When the diaphragm 33 is moved upwardly due to the increase in the partial vacuum in the chamber 36, the latch retaining pin 60 is moved upwardly therewith. The upward movement of the latch retaining pin 60 disposes a tapered portion of the latch retaining pin 60 between the balls 61 whereby the balls 61 may move inwardly to allow the latch plunger 62 to be moved downwardly against the force of its spring 64. The correlation between the tapered portion of the latch retaining pin 60 and the latch plunger 62 is more specifically shown in U.S. Pat. No. 2,582,195 to Duerr.

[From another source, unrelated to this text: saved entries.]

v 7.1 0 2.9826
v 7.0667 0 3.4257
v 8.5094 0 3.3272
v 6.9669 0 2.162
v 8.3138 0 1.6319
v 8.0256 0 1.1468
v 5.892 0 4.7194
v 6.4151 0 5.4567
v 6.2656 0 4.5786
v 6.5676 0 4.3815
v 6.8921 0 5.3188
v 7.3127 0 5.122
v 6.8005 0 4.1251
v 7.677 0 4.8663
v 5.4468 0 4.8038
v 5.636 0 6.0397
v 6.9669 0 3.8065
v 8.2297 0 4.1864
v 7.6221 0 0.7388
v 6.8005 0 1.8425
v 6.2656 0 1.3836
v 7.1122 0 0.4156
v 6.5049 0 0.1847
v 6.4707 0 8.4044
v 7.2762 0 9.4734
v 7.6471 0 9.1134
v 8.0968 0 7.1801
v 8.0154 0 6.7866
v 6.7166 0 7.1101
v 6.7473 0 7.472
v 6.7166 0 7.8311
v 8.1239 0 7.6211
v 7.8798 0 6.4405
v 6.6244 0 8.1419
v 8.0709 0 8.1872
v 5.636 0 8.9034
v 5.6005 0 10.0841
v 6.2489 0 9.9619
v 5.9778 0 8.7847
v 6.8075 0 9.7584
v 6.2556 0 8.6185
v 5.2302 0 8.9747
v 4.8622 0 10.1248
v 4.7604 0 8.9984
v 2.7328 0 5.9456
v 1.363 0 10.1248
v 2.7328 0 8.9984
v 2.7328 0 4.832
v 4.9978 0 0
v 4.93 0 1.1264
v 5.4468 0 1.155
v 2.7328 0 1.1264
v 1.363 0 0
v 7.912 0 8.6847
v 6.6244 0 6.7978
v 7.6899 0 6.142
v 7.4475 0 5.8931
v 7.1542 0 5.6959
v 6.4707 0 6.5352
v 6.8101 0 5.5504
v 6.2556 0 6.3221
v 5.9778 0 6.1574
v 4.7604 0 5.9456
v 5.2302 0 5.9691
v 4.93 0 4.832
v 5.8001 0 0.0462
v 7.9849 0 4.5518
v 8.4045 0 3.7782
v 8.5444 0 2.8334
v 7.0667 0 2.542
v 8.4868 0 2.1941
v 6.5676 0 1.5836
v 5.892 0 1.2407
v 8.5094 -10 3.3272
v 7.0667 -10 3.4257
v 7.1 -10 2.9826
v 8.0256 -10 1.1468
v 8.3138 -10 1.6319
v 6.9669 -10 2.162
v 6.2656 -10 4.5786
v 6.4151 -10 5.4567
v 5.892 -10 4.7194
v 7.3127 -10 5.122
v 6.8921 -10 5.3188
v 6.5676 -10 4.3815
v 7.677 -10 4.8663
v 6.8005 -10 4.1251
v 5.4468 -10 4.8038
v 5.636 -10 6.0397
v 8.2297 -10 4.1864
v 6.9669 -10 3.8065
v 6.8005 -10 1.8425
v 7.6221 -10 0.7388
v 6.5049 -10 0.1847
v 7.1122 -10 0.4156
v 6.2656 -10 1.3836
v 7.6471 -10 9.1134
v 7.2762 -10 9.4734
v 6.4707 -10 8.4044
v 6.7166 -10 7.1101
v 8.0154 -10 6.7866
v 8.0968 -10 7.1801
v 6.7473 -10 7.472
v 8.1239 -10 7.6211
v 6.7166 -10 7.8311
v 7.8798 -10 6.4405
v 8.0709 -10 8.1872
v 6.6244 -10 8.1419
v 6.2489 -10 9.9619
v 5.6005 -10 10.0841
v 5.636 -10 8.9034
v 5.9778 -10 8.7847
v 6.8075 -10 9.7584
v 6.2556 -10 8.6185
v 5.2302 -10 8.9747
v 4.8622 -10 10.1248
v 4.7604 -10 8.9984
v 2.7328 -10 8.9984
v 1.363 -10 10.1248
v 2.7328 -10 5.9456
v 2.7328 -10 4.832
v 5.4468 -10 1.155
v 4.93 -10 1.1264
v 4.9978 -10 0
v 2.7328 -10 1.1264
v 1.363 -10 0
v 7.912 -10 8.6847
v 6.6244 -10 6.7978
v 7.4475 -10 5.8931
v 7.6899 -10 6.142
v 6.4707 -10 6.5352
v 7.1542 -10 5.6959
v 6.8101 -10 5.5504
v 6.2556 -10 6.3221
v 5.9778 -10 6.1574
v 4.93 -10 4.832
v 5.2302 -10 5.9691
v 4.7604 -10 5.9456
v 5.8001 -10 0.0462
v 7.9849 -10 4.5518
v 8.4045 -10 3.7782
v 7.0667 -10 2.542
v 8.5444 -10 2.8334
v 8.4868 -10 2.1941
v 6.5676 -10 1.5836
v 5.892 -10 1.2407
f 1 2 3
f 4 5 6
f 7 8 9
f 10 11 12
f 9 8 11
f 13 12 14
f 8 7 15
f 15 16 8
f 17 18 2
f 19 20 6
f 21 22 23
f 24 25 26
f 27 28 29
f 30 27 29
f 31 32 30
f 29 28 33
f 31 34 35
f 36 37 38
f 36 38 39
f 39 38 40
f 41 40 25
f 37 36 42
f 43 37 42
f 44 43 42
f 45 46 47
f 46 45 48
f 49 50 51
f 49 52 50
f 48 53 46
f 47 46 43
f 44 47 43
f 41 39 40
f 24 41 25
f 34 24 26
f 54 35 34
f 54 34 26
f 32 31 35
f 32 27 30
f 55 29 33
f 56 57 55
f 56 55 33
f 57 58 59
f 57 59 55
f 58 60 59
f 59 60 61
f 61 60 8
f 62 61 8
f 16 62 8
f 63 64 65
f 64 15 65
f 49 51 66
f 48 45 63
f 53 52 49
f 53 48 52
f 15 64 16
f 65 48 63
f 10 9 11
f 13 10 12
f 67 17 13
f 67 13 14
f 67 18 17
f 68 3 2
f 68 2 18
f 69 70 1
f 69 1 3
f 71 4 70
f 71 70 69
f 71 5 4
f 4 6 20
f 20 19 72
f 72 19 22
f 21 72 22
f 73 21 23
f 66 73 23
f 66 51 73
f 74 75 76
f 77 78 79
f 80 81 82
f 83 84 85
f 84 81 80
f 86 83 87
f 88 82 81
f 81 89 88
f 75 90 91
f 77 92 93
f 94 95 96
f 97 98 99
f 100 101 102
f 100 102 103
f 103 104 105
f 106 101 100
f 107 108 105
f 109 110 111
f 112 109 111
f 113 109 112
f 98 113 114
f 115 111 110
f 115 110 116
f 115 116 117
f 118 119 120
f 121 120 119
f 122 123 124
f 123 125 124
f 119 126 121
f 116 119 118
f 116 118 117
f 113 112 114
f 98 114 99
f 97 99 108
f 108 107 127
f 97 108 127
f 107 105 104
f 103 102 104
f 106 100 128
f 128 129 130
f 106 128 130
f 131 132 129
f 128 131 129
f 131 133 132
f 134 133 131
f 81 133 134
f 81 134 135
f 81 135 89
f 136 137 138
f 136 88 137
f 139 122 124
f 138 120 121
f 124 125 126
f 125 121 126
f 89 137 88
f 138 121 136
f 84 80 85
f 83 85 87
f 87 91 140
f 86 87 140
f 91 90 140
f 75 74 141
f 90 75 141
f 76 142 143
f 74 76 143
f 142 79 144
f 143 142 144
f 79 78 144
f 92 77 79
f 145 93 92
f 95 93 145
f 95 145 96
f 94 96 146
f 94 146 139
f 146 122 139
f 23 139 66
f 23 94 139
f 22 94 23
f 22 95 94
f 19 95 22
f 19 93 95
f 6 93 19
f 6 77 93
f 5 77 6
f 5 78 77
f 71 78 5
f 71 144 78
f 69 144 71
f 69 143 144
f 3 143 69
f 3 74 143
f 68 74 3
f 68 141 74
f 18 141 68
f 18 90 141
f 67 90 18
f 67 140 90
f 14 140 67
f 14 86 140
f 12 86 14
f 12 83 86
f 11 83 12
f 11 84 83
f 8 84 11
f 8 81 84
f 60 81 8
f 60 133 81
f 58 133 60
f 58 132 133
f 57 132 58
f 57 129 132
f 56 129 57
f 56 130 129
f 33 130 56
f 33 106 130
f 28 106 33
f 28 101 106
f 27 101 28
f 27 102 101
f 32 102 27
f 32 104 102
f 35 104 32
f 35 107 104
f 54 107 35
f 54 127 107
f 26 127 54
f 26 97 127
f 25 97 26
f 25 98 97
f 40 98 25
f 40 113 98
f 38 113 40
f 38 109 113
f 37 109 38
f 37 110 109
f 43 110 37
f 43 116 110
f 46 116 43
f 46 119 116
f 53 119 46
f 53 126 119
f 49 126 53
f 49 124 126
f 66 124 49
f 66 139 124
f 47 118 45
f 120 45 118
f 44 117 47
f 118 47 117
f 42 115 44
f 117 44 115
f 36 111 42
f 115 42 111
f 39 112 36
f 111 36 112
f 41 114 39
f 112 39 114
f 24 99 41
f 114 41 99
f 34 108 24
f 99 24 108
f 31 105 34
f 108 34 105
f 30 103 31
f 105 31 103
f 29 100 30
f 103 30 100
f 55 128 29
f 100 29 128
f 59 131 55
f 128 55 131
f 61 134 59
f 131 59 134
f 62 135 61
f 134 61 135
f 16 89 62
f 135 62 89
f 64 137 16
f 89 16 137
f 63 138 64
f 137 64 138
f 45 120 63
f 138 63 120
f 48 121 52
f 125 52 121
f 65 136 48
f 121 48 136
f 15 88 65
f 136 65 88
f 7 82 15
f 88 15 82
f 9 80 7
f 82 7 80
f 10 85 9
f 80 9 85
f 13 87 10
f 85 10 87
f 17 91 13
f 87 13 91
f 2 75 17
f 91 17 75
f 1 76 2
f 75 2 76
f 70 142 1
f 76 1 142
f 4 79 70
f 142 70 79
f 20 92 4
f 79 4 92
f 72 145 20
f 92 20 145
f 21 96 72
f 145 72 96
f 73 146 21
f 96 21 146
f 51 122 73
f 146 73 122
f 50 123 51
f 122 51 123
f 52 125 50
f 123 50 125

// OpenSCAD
// Generated by SolidPython 1.1.3 on 2025-02-16 19:33:44


rotate(a = 90, v = [1, 0, 0]) {
	linear_extrude(height = 10) {
		text(font = "Ariel", size = 10, text = "B");
	}
}
/***********************************************
*********      SolidPython code:      **********
************************************************
 
from solid import *
from solid.utils import *
import subprocess

def letter_3d(letter, size, font):
    letter_2d = text(text=letter, size=size, font=font)

    letter_3d = linear_extrude(height=size)(letter_2d)

    return letter_3d

def intersection_3d(letter1, letter2, size, font):
    letter1_3d = letter_3d(letter1, size, font)
    letter2_3d = letter_3d(letter2, size, font)

    letter2_3d = rotate(a=90, v=[1,0,0])(letter2_3d)

    intersect = intersection()(letter1_3d, letter2_3d)

    return intersect



if __name__ == "__main__":
    # shape = intersection_3d("A", "B", 10, "Arial")
    shapeA = letter_3d("A", 10, "Ariel")
    scad_render_to_file(shapeA, 'A.scad')

    shapeB = letter_3d("B", 10, "Ariel")
    shapeB = rotate(a=90, v=[1,0,0])(shapeB)
    scad_render_to_file(shapeB, "B.scad")

    subprocess.run(["C:\\Program Files\\OpenSCAD\\openscad.exe", "-o", "A.stl", "A.scad"])
    subprocess.run(["C:\\Program Files\\OpenSCAD\\openscad.exe", "-o", "B.stl", "B.scad"])

 
 
************************************************/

The lower end of the latch plunger 62 is connected to the handle 22 as more particularly shown and described in U.S. Pat. No. 3,817,285 to Wilder et al. Thus, when the diaphragm 33 moves upwardly to pull the latch retaining pin 60 and release the latch plunger 62 from the balls 61, the force of the spring 20 closes the main poppet valve 19 as more particularly shown and described in the aforesaid Wilder et al patent.

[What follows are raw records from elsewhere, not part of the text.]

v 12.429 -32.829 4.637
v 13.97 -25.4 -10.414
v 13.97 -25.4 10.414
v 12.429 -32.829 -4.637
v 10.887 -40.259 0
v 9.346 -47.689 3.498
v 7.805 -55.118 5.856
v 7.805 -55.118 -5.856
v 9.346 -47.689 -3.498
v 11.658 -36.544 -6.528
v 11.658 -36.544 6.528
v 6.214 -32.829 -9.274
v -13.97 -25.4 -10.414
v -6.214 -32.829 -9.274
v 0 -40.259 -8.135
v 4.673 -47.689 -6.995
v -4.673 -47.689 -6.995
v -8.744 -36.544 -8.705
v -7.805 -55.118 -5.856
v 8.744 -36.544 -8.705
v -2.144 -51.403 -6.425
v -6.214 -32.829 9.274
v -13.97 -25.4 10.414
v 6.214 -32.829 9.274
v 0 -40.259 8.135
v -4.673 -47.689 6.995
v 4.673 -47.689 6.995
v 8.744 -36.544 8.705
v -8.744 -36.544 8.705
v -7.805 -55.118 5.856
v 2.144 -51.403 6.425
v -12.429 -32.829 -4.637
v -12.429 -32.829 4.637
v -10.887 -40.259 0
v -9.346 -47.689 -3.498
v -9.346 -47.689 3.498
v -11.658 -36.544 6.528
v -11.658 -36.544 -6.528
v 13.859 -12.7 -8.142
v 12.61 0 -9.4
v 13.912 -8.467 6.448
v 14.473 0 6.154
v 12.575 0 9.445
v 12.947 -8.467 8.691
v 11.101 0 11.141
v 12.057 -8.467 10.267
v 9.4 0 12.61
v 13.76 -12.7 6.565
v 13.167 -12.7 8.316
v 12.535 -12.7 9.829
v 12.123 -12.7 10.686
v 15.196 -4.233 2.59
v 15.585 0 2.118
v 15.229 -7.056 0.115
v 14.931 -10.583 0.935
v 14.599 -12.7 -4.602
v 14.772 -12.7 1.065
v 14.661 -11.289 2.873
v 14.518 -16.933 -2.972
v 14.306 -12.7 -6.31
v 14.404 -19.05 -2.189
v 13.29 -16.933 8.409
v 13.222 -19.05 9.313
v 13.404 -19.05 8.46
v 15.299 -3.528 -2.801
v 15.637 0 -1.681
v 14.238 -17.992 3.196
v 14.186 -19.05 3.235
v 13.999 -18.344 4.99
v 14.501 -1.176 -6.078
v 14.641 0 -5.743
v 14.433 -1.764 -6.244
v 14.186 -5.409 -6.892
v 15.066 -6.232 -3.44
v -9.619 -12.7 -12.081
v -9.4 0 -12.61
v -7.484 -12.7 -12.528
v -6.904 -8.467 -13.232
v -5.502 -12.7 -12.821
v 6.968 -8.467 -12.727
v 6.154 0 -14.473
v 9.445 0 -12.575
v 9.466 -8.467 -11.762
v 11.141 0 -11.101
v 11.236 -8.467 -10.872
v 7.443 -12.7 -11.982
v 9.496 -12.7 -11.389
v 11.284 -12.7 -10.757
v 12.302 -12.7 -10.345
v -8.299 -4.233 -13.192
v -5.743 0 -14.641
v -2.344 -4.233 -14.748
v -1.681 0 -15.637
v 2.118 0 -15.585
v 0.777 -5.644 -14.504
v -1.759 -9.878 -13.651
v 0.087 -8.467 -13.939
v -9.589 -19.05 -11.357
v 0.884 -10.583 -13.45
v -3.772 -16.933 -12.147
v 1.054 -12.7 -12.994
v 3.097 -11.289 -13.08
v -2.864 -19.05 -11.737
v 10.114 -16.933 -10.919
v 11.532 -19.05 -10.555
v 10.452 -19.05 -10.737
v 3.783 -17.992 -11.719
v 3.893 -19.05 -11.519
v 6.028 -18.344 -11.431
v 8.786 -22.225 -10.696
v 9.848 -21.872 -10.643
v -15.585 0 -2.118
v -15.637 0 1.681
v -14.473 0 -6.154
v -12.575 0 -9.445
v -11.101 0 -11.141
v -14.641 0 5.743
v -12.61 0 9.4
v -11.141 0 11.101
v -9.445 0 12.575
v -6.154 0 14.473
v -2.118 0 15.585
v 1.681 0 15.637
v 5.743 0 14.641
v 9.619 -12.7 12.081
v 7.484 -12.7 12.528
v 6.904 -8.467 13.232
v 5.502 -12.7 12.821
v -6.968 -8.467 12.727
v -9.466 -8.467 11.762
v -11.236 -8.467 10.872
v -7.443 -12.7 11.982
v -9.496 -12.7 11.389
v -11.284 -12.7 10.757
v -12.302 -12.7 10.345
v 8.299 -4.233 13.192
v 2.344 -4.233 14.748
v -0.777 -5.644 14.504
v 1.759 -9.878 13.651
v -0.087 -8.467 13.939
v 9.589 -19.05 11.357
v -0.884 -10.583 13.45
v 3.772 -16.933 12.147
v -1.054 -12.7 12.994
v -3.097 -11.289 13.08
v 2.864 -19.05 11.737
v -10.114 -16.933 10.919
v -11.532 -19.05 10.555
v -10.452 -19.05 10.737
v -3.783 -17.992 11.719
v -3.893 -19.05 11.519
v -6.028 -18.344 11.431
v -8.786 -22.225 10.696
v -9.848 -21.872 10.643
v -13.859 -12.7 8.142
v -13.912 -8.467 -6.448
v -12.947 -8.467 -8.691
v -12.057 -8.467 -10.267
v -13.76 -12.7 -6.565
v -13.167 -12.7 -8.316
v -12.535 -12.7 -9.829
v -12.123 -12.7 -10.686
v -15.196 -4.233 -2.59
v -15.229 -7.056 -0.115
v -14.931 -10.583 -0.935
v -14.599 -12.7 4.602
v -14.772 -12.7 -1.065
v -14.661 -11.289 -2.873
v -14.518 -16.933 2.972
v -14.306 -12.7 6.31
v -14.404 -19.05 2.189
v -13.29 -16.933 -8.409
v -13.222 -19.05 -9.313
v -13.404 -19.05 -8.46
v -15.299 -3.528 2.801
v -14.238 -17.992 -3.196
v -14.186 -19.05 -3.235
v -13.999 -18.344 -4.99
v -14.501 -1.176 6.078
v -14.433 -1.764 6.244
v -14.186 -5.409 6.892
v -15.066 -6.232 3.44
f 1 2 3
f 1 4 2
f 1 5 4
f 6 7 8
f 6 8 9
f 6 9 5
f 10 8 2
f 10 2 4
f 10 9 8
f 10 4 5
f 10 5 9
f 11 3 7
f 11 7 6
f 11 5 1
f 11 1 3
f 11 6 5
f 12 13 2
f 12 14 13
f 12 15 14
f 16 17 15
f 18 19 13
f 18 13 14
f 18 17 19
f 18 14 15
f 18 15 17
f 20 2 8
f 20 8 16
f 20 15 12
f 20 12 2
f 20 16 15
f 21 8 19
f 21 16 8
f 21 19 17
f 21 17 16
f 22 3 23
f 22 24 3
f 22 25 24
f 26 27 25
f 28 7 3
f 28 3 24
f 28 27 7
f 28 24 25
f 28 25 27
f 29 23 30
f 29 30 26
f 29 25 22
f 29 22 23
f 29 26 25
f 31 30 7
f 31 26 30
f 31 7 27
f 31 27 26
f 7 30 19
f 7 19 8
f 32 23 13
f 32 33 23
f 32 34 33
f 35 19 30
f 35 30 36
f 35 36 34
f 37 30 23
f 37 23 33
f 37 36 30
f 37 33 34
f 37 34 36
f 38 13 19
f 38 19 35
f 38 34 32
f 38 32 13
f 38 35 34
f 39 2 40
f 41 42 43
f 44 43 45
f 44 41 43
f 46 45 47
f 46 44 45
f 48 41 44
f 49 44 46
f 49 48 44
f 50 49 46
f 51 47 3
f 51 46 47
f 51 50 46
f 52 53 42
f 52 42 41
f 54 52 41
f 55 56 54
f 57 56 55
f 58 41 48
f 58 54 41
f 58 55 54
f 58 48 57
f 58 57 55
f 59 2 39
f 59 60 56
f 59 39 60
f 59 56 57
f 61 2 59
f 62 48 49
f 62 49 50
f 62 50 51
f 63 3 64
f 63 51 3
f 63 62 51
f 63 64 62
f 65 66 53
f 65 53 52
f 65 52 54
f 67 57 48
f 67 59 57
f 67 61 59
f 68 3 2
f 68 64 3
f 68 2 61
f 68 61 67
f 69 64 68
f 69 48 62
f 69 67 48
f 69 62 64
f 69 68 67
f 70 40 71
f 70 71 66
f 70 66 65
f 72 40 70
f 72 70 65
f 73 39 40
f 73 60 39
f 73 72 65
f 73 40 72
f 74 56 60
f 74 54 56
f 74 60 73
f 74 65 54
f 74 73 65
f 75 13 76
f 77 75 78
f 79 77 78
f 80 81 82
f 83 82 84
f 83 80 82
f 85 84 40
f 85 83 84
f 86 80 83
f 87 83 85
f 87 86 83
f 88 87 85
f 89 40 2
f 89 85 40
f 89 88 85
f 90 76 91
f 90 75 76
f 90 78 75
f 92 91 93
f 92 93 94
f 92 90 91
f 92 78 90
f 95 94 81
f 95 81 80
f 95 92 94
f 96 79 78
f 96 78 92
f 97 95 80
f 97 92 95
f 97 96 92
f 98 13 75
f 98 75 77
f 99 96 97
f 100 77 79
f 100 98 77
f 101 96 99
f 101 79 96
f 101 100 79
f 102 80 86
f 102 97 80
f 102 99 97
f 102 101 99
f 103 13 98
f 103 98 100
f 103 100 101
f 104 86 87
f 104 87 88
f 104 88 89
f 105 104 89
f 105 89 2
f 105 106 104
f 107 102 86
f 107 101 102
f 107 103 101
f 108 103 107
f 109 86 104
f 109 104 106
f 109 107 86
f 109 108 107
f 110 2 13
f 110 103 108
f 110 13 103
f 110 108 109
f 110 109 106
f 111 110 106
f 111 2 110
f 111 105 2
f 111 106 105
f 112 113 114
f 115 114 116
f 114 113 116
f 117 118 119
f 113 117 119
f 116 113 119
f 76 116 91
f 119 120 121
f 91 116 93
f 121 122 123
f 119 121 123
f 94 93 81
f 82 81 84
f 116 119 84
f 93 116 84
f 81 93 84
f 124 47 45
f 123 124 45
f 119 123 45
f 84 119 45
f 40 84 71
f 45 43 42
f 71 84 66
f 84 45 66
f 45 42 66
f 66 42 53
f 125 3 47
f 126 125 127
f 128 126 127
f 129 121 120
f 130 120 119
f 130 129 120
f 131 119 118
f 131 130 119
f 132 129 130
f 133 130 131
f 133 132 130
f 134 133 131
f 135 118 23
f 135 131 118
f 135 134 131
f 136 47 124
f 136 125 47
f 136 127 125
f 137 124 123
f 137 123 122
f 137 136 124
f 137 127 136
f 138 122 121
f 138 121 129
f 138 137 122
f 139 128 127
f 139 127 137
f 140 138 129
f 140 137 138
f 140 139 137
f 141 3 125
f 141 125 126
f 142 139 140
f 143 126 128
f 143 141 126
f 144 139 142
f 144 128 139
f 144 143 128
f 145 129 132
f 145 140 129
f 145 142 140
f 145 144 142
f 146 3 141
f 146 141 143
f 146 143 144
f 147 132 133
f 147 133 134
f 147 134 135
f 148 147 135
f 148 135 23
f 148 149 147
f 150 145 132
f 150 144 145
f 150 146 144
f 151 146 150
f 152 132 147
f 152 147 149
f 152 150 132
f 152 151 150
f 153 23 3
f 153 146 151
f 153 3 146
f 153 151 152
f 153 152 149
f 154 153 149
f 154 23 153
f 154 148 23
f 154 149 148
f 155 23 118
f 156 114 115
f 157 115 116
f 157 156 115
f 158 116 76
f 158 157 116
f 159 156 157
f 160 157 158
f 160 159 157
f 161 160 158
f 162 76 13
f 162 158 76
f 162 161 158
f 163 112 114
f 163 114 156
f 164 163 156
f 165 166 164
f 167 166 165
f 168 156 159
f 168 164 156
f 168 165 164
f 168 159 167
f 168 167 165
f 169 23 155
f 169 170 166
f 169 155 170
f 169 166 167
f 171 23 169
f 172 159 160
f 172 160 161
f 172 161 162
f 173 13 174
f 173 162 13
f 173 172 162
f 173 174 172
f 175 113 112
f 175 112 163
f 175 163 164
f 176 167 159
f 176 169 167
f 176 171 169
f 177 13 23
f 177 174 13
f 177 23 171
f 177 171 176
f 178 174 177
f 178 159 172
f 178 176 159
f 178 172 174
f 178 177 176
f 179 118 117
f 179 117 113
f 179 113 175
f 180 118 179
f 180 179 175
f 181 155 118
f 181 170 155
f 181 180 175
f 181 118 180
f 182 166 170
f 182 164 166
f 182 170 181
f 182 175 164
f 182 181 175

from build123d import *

# Parameters (mm, degrees)
F2_W      = 27.9399994761
F2_H      = 20.8280012012
F3_FACE_W = 27.9399994761
F3_FACE_H = 20.8280012012
F5_W      = 15.6096592546
F5_H      = 11.7110861465


# Not quite as in the source:
# - the arcs of a loft's sections are written as splines that run evenly, so that the points pair up as in the source's solid


with BuildPart() as f3:
    # F0 (on Front) → F3 section 0
    with BuildSketch(Plane.XZ):
        with BuildLine():
            add(Edge.make_bspline(
                [(-12.6098715409, 9.4000867761), (-13.8403400225, 7.7494584513), (-14.7421231636, 5.8548204804), (-15.7523962289, 1.8630972263), (-15.8604886539, -0.2324174842), (-15.2662929053, -4.3069036624), (-14.5642385224, -6.2842719937), (-12.4560348761, -9.8212175107), (-11.050715101, -11.3794030593), (-9.4000867761, -12.6098715409)],
                knots=[0, 0, 0, 0, 0.25, 0.25, 0.5, 0.5, 0.75, 0.75, 1, 1, 1, 1], degree=3))
            add(Edge.make_bspline(
                [(-9.4000867761, -12.6098715409), (-7.7494584513, -13.8403400225), (-5.8548204804, -14.7421231636), (-1.8630972263, -15.7523962289), (0.2324174842, -15.8604886539), (4.3069036624, -15.2662929053), (6.2842719937, -14.5642385224), (9.8212175107, -12.4560348761), (11.3794030593, -11.050715101), (12.6098715409, -9.4000867761)],
                knots=[0, 0, 0, 0, 0.25, 0.25, 0.5, 0.5, 0.75, 0.75, 1, 1, 1, 1], degree=3))
            add(Edge.make_bspline(
                [(12.6098715409, -9.4000867761), (13.8403400225, -7.7494584513), (14.7421231636, -5.8548204804), (15.7523962289, -1.8630972263), (15.8604886539, 0.2324174842), (15.2662929053, 4.3069036624), (14.5642385224, 6.2842719937), (12.4560348761, 9.8212175107), (11.050715101, 11.3794030593), (9.4000867761, 12.6098715409)],
                knots=[0, 0, 0, 0, 0.25, 0.25, 0.5, 0.5, 0.75, 0.75, 1, 1, 1, 1], degree=3))
            add(Edge.make_bspline(
                [(9.4000867761, 12.6098715409), (7.7494584513, 13.8403400225), (5.8548204804, 14.7421231636), (1.8630972263, 15.7523962289), (-0.2324174842, 15.8604886539), (-4.3069036624, 15.2662929053), (-6.2842719937, 14.5642385224), (-9.8212175107, 12.4560348761), (-11.3794030593, 11.050715101), (-12.6098715409, 9.4000867761)],
                knots=[0, 0, 0, 0, 0.25, 0.25, 0.5, 0.5, 0.75, 0.75, 1, 1, 1, 1], degree=3))
        make_face()
    # F2 (on offset) → F3 section 1
    with BuildSketch(Plane.XZ.offset(25.4)):
        Rectangle(F2_W, F2_H)
    loft(ruled=True)

    # F3_face (on face) → F6 section 0
    with BuildSketch(Plane.XZ.offset(25.4)):
        Rectangle(F3_FACE_W, F3_FACE_H)
    # F5 (on offset) → F6 section 1
    with BuildSketch(Plane.XZ.offset(55.118)):
        Rectangle(F5_W, F5_H)
    loft()


solid = f3.part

The body 10 has a bellows 65, which is preferably formed of a gasoline resistant synthetic rubber or urethane, for example, secured thereto and extending from the outlet 12 of the body 10 towards the free or discharge end of the spout 14. The bellows 65 is disposed in spaced relation to the spout 14 to form an annular passage 66 therebetween. The outer end of the bellows 65 has a sealing means 67 removably connected thereto in the manner more particularly shown and described in the copending patent application of Jack A. McMath for "Liquid Dispensing Nozzle Having Vapor Recovery Sealing Arrangement," Ser. No. 970,814, filed Dec. 18, 1978, and assigned to the same assignee as the assignee of this application. The sealing means 67 has a large central opening 68 to enable the sealing means 67 to slide along the spout 14.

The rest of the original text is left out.